Repeat exactly the opening lines of the records, ending with the line that contains "v -1.859 37.727 4.8".

[Saved data entries]
[Start of Attachment]
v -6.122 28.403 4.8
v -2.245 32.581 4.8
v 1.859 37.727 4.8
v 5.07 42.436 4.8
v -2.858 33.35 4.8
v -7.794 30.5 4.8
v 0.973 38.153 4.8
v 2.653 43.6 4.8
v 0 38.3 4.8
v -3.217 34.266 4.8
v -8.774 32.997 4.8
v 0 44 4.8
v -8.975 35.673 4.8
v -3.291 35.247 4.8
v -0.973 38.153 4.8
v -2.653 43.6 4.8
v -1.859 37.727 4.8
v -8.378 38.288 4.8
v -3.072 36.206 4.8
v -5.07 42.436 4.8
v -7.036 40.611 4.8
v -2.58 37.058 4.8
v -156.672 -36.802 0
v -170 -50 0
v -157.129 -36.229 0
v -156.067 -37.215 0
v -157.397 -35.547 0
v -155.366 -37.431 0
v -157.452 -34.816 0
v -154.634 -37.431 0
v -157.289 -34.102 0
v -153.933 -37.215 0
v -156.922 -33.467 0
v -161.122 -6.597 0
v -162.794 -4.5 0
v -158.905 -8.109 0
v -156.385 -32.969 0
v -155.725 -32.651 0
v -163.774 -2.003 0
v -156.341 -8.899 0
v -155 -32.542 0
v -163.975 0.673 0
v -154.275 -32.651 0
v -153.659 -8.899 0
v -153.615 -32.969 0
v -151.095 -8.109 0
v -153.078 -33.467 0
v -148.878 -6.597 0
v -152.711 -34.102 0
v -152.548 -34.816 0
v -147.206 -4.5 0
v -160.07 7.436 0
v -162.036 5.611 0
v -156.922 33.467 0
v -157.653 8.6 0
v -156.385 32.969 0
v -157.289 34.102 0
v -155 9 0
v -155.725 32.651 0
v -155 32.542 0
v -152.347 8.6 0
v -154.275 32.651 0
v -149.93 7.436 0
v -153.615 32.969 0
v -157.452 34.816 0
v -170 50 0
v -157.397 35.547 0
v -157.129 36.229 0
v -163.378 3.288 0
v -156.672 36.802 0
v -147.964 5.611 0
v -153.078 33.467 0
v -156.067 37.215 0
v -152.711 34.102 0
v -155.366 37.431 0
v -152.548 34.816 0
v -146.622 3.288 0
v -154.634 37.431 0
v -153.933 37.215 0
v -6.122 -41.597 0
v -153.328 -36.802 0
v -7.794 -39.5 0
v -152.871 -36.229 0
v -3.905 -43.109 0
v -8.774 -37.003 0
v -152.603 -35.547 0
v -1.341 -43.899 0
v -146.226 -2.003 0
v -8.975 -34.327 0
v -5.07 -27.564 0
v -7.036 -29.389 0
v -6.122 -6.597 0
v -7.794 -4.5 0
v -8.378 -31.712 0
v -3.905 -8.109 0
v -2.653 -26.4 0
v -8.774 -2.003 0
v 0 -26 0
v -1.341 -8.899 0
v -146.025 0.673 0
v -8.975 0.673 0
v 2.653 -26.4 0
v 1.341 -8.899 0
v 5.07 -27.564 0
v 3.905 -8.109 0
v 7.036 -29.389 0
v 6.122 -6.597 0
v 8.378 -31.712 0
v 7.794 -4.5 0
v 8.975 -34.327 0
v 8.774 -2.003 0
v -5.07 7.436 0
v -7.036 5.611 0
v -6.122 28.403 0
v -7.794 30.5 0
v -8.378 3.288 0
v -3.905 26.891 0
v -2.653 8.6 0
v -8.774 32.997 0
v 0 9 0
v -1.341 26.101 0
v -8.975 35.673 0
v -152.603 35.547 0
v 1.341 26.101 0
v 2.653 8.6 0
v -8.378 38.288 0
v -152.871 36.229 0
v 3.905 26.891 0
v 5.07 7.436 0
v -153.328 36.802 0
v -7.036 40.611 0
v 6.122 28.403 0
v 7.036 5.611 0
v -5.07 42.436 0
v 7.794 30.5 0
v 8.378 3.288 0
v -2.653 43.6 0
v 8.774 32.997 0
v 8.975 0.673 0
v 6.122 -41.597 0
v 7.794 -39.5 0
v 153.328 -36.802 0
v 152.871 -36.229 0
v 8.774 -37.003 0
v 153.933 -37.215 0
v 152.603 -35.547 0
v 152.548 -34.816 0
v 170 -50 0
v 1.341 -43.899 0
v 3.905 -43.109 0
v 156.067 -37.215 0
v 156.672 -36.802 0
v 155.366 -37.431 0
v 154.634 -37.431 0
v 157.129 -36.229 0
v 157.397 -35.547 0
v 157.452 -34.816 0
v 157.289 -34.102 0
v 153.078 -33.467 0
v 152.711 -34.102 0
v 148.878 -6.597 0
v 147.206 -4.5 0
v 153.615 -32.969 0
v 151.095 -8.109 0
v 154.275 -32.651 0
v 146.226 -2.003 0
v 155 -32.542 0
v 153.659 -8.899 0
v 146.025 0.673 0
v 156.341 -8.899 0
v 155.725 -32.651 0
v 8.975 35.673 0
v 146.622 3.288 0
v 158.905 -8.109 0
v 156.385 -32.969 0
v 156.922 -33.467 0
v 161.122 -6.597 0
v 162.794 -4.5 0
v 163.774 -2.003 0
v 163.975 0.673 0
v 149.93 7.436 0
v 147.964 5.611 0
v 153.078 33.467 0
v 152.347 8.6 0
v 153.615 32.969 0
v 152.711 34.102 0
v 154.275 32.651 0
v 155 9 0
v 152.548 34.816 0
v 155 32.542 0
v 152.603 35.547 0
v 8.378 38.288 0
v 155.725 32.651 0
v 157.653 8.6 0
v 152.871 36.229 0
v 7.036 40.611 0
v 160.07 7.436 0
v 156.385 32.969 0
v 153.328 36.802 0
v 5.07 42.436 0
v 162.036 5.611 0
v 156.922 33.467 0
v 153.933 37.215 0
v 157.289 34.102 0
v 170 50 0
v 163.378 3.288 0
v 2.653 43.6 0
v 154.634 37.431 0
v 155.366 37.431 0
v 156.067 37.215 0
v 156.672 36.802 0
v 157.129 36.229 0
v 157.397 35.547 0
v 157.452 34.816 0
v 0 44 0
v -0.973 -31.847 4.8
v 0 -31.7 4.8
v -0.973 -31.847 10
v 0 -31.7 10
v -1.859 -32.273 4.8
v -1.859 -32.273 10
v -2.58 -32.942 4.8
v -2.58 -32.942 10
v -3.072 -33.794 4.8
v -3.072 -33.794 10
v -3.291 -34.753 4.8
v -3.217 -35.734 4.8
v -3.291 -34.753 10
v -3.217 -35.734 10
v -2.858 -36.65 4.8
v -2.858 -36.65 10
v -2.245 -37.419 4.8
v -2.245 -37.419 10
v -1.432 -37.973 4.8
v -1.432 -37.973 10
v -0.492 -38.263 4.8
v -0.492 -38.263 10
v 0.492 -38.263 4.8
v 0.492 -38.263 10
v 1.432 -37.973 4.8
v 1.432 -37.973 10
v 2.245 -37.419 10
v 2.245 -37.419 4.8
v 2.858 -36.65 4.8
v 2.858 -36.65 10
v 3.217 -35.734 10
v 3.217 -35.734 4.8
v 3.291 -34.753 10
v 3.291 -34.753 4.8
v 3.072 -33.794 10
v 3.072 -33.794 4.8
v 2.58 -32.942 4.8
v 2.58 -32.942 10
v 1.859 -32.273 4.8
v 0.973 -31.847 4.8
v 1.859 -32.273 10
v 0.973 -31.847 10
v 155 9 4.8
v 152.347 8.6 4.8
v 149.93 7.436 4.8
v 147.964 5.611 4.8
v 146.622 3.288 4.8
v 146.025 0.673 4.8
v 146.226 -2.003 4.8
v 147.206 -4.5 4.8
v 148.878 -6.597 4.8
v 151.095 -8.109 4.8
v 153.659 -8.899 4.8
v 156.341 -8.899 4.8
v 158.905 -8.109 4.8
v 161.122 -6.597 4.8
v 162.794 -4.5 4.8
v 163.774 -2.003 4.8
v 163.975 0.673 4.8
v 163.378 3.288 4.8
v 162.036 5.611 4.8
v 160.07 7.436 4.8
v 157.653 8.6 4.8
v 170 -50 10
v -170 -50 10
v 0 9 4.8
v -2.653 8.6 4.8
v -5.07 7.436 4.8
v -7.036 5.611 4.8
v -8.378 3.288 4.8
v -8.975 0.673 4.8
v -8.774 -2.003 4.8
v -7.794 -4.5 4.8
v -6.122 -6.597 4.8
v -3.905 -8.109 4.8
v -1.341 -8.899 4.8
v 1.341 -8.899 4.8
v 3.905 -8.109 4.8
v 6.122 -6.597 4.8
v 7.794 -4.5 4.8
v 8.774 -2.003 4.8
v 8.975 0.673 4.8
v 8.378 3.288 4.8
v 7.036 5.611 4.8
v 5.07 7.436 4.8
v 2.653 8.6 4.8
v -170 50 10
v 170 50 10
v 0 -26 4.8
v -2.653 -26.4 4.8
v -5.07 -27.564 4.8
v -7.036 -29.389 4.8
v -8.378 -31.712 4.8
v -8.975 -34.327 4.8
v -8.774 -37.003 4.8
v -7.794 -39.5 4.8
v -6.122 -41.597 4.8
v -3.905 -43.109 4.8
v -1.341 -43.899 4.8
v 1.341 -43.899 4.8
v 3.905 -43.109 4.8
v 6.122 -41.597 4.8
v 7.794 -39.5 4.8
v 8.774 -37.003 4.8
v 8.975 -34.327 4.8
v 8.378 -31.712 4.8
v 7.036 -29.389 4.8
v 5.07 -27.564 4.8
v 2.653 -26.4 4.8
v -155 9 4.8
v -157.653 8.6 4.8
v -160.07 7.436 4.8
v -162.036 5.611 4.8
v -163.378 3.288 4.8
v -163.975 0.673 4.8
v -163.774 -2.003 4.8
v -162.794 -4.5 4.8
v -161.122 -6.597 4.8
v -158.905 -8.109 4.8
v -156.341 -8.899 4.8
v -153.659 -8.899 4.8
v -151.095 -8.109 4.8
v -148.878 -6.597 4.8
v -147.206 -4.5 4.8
[End of Attachment]
RESPONSE TO THE EXERCISE |
v -6.122 28.403 4.8
v -2.245 32.581 4.8
v 1.859 37.727 4.8
v 5.07 42.436 4.8
v -2.858 33.35 4.8
v -7.794 30.5 4.8
v 0.973 38.153 4.8
v 2.653 43.6 4.8
v 0 38.3 4.8
v -3.217 34.266 4.8
v -8.774 32.997 4.8
v 0 44 4.8
v -8.975 35.673 4.8
v -3.291 35.247 4.8
v -0.973 38.153 4.8
v -2.653 43.6 4.8
v -1.859 37.727 4.8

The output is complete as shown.